Oct. 28, 2017
With the passing of Lemmy Kilminster, Al Jorgensen has become the last man standing in regards to what amount of excess the human body can endure. And when Ministry rolled into town on Sunday, Uncle Al made it clear that he’s not ready to pack it in yet. With a sly grin and an assumed twinkle in his eye behind those ubiquitous sunglasses, the band tore through an all-too-brief and interestingly selected set.
Ministry has had a long and storied history throughout the years with some ups and downs in their recorded legacy. But since the departure of original members Paul Barker and Bill Rieflin, one would think the real task over the years would be to find musicians capable of bring these songs to the stage.

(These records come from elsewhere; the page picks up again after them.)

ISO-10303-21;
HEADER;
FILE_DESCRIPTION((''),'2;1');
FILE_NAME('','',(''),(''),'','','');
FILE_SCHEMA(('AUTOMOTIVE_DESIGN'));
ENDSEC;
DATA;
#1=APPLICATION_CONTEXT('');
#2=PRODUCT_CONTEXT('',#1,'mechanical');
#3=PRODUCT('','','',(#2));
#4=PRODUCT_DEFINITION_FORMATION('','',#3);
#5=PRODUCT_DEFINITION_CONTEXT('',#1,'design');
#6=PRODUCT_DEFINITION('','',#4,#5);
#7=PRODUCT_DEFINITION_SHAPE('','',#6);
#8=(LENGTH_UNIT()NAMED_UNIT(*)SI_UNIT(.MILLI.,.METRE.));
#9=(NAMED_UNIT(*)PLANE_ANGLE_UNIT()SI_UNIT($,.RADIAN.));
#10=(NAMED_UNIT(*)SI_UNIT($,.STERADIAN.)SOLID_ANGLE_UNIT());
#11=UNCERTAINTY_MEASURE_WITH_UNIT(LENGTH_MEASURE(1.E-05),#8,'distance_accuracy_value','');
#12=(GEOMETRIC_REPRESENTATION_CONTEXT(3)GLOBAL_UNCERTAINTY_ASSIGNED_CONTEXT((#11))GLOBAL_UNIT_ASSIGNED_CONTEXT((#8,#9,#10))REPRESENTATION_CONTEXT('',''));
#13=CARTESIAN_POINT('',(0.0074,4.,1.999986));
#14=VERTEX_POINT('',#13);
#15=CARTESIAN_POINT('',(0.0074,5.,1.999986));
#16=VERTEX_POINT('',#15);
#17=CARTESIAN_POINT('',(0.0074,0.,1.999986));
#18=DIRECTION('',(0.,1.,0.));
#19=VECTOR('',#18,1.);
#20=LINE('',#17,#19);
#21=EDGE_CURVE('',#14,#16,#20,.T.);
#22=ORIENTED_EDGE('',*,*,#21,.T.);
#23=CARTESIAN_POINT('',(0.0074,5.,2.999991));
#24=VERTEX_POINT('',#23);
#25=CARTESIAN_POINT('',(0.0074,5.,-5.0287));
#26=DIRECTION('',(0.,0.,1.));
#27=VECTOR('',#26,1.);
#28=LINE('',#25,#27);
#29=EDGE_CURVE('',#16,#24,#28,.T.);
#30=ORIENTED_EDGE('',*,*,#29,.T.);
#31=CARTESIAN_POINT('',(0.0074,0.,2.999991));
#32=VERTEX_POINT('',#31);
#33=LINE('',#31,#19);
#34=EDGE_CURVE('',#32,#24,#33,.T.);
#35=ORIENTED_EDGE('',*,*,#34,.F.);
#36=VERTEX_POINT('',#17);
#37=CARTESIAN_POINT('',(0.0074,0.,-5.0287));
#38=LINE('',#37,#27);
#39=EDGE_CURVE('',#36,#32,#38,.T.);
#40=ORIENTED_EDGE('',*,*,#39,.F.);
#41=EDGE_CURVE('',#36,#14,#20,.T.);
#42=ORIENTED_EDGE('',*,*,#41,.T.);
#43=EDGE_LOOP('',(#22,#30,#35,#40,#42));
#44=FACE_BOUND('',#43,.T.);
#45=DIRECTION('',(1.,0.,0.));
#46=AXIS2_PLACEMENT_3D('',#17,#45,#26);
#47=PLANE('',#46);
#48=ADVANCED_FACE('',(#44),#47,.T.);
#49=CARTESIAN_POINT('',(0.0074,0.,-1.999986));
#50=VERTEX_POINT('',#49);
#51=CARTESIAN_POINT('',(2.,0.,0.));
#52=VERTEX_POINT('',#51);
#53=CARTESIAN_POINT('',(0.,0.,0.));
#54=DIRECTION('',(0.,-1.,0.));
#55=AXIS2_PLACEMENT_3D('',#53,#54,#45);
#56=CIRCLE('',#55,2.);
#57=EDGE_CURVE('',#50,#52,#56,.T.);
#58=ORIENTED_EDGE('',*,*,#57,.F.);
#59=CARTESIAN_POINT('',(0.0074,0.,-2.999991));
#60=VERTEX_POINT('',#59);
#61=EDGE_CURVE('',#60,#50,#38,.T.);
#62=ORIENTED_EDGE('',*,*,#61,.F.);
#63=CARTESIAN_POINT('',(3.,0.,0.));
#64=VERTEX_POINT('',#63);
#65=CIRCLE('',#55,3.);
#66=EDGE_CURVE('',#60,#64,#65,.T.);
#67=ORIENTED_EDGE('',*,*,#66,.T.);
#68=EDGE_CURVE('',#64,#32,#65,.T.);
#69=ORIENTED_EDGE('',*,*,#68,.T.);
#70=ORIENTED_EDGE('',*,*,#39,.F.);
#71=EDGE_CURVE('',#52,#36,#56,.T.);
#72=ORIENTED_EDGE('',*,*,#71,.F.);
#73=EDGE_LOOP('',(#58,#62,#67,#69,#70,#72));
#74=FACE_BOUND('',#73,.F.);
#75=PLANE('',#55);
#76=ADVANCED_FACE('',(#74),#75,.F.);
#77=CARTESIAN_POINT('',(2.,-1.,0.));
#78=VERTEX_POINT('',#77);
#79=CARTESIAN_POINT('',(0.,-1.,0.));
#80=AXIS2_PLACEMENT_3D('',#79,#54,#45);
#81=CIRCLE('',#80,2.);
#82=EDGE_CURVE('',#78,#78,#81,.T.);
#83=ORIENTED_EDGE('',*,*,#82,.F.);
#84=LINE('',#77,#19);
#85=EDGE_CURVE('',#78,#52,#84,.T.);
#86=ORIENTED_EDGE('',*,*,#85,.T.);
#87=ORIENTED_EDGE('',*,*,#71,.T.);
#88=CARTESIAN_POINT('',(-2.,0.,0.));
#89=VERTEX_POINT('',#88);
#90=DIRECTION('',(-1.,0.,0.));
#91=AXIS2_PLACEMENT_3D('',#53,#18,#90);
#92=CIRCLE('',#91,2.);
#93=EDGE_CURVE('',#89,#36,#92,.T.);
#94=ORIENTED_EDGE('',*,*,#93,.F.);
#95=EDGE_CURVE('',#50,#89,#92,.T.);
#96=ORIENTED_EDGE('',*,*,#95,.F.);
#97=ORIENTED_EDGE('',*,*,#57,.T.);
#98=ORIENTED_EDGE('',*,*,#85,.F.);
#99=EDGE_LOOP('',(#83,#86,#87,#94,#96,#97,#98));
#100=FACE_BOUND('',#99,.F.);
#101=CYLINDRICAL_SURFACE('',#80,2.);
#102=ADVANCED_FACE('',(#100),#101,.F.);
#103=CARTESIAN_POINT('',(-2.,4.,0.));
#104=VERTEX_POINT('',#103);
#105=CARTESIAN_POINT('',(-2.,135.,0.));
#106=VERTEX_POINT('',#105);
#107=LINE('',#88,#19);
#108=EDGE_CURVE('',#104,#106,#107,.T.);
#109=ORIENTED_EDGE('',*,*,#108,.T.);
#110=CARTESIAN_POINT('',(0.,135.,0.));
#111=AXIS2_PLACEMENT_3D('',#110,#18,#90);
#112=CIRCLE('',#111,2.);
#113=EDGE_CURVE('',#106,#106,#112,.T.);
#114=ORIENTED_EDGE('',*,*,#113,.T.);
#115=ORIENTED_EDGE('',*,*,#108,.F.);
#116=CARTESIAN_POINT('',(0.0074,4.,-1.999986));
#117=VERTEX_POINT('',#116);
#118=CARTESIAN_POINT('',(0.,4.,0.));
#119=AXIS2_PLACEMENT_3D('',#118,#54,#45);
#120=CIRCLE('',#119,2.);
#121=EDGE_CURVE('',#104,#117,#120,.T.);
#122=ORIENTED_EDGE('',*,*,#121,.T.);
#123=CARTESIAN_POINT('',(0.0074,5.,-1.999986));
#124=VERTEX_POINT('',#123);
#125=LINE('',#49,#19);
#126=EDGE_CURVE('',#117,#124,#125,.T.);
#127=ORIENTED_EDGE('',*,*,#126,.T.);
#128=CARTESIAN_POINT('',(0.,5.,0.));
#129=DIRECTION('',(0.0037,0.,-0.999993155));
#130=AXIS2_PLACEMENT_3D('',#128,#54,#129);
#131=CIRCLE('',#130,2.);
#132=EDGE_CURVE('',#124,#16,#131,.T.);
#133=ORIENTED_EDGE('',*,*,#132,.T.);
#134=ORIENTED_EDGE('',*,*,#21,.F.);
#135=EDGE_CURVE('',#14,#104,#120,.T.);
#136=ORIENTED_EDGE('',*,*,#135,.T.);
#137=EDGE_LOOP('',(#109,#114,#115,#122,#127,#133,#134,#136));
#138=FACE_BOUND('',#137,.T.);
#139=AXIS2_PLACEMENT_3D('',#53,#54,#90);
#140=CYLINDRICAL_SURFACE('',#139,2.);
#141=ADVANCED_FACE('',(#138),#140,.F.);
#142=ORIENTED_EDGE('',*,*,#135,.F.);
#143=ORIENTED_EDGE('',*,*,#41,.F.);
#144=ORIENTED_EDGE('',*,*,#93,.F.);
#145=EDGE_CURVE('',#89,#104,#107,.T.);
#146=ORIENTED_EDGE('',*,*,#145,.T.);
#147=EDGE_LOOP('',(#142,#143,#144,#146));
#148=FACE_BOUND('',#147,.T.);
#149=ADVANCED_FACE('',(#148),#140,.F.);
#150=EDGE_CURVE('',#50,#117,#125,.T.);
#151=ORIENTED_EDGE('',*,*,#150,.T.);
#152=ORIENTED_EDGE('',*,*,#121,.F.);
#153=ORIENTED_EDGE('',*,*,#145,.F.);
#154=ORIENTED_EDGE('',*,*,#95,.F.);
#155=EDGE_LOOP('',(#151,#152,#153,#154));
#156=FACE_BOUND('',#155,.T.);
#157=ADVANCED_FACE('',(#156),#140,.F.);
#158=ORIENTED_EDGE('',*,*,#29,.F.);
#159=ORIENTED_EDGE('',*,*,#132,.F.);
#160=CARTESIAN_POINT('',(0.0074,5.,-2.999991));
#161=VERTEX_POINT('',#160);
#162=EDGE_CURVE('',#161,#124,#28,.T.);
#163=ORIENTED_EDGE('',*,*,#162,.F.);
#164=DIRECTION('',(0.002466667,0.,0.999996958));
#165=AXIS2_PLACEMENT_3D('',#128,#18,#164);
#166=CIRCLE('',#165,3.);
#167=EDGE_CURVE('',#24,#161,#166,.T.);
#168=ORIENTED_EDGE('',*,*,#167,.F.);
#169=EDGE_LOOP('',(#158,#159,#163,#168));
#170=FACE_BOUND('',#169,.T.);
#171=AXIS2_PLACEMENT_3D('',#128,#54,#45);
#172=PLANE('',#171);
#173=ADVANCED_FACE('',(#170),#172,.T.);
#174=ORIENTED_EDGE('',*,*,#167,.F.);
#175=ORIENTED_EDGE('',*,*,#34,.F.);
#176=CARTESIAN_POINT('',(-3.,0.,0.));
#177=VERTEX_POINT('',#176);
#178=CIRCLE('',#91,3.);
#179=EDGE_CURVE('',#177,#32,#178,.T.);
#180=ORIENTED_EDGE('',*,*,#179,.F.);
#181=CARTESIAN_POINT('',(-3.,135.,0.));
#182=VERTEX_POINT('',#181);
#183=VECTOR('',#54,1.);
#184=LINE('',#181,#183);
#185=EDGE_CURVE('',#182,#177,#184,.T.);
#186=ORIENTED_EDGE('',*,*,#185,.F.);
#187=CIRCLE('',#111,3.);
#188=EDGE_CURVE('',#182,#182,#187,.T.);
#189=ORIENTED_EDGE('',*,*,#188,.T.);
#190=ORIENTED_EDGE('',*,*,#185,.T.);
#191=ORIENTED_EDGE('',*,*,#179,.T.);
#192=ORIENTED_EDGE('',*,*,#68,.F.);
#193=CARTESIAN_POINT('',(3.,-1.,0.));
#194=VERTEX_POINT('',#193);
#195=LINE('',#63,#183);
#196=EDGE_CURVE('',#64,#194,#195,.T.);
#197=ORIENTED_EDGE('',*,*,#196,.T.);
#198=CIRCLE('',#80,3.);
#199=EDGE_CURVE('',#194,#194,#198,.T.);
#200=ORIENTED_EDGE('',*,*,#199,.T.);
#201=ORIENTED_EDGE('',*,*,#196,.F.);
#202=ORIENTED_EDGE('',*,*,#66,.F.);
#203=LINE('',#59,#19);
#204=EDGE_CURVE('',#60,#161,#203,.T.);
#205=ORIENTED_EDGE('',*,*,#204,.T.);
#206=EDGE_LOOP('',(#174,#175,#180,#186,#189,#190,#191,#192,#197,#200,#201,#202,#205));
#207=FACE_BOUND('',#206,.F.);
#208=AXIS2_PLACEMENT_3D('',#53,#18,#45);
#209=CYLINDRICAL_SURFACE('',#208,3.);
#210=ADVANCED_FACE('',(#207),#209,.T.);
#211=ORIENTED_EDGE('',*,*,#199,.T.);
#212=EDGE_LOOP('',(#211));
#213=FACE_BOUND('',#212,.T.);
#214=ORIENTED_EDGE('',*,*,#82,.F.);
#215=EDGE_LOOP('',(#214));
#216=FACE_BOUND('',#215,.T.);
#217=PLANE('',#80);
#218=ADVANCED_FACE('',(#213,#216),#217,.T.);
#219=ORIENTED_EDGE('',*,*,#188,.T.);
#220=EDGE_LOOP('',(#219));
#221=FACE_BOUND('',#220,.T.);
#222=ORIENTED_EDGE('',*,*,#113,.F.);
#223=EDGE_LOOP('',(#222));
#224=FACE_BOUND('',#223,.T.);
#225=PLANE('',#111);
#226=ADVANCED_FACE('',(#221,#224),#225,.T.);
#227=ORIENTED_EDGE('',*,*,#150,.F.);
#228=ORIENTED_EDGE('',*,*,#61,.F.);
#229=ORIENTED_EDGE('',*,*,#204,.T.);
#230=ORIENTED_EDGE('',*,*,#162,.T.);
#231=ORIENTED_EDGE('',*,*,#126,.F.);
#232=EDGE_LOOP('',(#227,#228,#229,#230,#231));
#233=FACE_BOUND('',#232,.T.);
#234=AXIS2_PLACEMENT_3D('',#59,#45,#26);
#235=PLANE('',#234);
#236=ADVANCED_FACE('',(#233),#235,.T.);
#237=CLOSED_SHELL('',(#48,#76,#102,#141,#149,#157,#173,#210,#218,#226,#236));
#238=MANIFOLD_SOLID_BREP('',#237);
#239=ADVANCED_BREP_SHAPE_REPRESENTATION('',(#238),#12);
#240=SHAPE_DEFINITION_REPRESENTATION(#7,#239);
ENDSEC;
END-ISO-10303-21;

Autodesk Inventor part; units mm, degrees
ref_plane "YZ Plane" through (0, 0, 0) normal (1, 0, 0) x (0, 1, 0)
ref_plane "XZ Plane" through (0, 0, 0) normal (0, 1, 0) x (-1, 0, 0)
ref_plane "XY Plane" through (0, 0, 0) normal (0, 0, 1) x (1, 0, 0)
sketch "Szkic1" plane through (0, 0, 0) normal (0, 1, 0) x (-1, 0, 0)
  circle A0 centre (0, 0) radius 3
  circle A1 centre (0, 0) radius 2
  dimension "d0" = 6
  dimension "d1" = 4
extrude "Wyciągnięcie proste1" add sketch "Szkic1" along normal blind 135
sketch "Szkic2" plane through (0, 0, 0) normal (0, -1, 0) x (1, 0, 0)
  circle A0 centre (0, 0) radius 2 projected
  circle A1 centre (0, 0) radius 3
  dimension "d4" = 6
sketch "Szkic3" plane through (0, 0, 0) normal (0, -1, 0) x (1, 0, 0)
  circle A0 centre (0, 0) radius 3 projected
  line L0 (-0.7678, 2.9001) -> (-0.7678, 1.8467)
  circle A1 centre (0, 0) radius 2 projected
  line L1 (-0.7678, -1.8467) -> (-0.7678, -2.9012)
  line L2 (0.7678, 2.9001) -> (0.7678, 1.8467)
  line L3 (0.7678, -1.8467) -> (0.7678, -2.9001)
  line L4 (-5.8889, 4.1288) -> (-0.7678, 4.1288)
  line L5 (-0.7678, 4.1288) -> (-0.7678, -5.0287)
  line L6 (-0.7678, -5.0287) -> (-5.8889, -5.0287)
  line L7 (-5.8889, -5.0287) -> (-5.8889, 4.1288)
  line L8 (0.0074, 4.1288) -> (6.1006, 4.1288)
  line L9 (6.1006, 4.1288) -> (6.1006, -5.0287)
  line L10 (6.1006, -5.0287) -> (0.0074, -5.0287)
  line L11 (0.0074, -5.0287) -> (0.0074, 4.1288)
  point P0 (-0.7678, -2.9001)
extrude "Wyciągnięcie proste2" cut sketch "Szkic3" against normal blind 5 contours A0 L3 A1 L2 | A0 L11 L8 L9 L10 | L2 A1 L11 A0 | A0 L11 A1 L3 | A1 L11 | A0 L5 L6 L7 L4
extrude "Wyciągnięcie proste3" add sketch "Szkic2" along normal blind 1 contours A0 | A1
sketch "Szkic4" plane through (0, -1, 0) normal (0, -1, 0) x (1, 0, 0)
  circle A0 centre (0, 0) radius 2
  dimension "d9" = 4
extrude "Wyciągnięcie proste4" cut sketch "Szkic4" against normal blind 5
properties part number "rurkadoczujnika"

in this instance, Jorgensen has assembled a smaller group (by Ministry standards) of folks up to the task, beginning with guitarist Sin Quirin who, bookended with guitarist Cesar Soto provided all the speed, precision and aggression needed to hammer home their point.
Ever the rapscalion, Jorgensen flanked the band on either side of the stage with two enormous inflatable chickens with the all too prevalent nazi-punks-fuck-off symbol and on top of their heads, the just as familiar coif of a current sitting president.
Opening with Let’s Go from the band’s 2007 album The Last Sucker, the 1st half of the set was comprised of latter-day Ministry, from albums like Rio Grande Blood and Dark Side of the Spoon - also including two songs from their upcoming album Amerikkkant - Wargasm and Antifa, one of the highlights of the set, with balaclava-clad protesters marching behind.
Never a band to shy away from making political statements, the screen images projected made their stance on the current administration crystal clear, which can be a downer for some folks in these divisive times, but with Ol’ Uncle Al stalking the stage with a genuine affection toward the crowd like a less-hunched Ozzy Ozbourne, it becomes a party.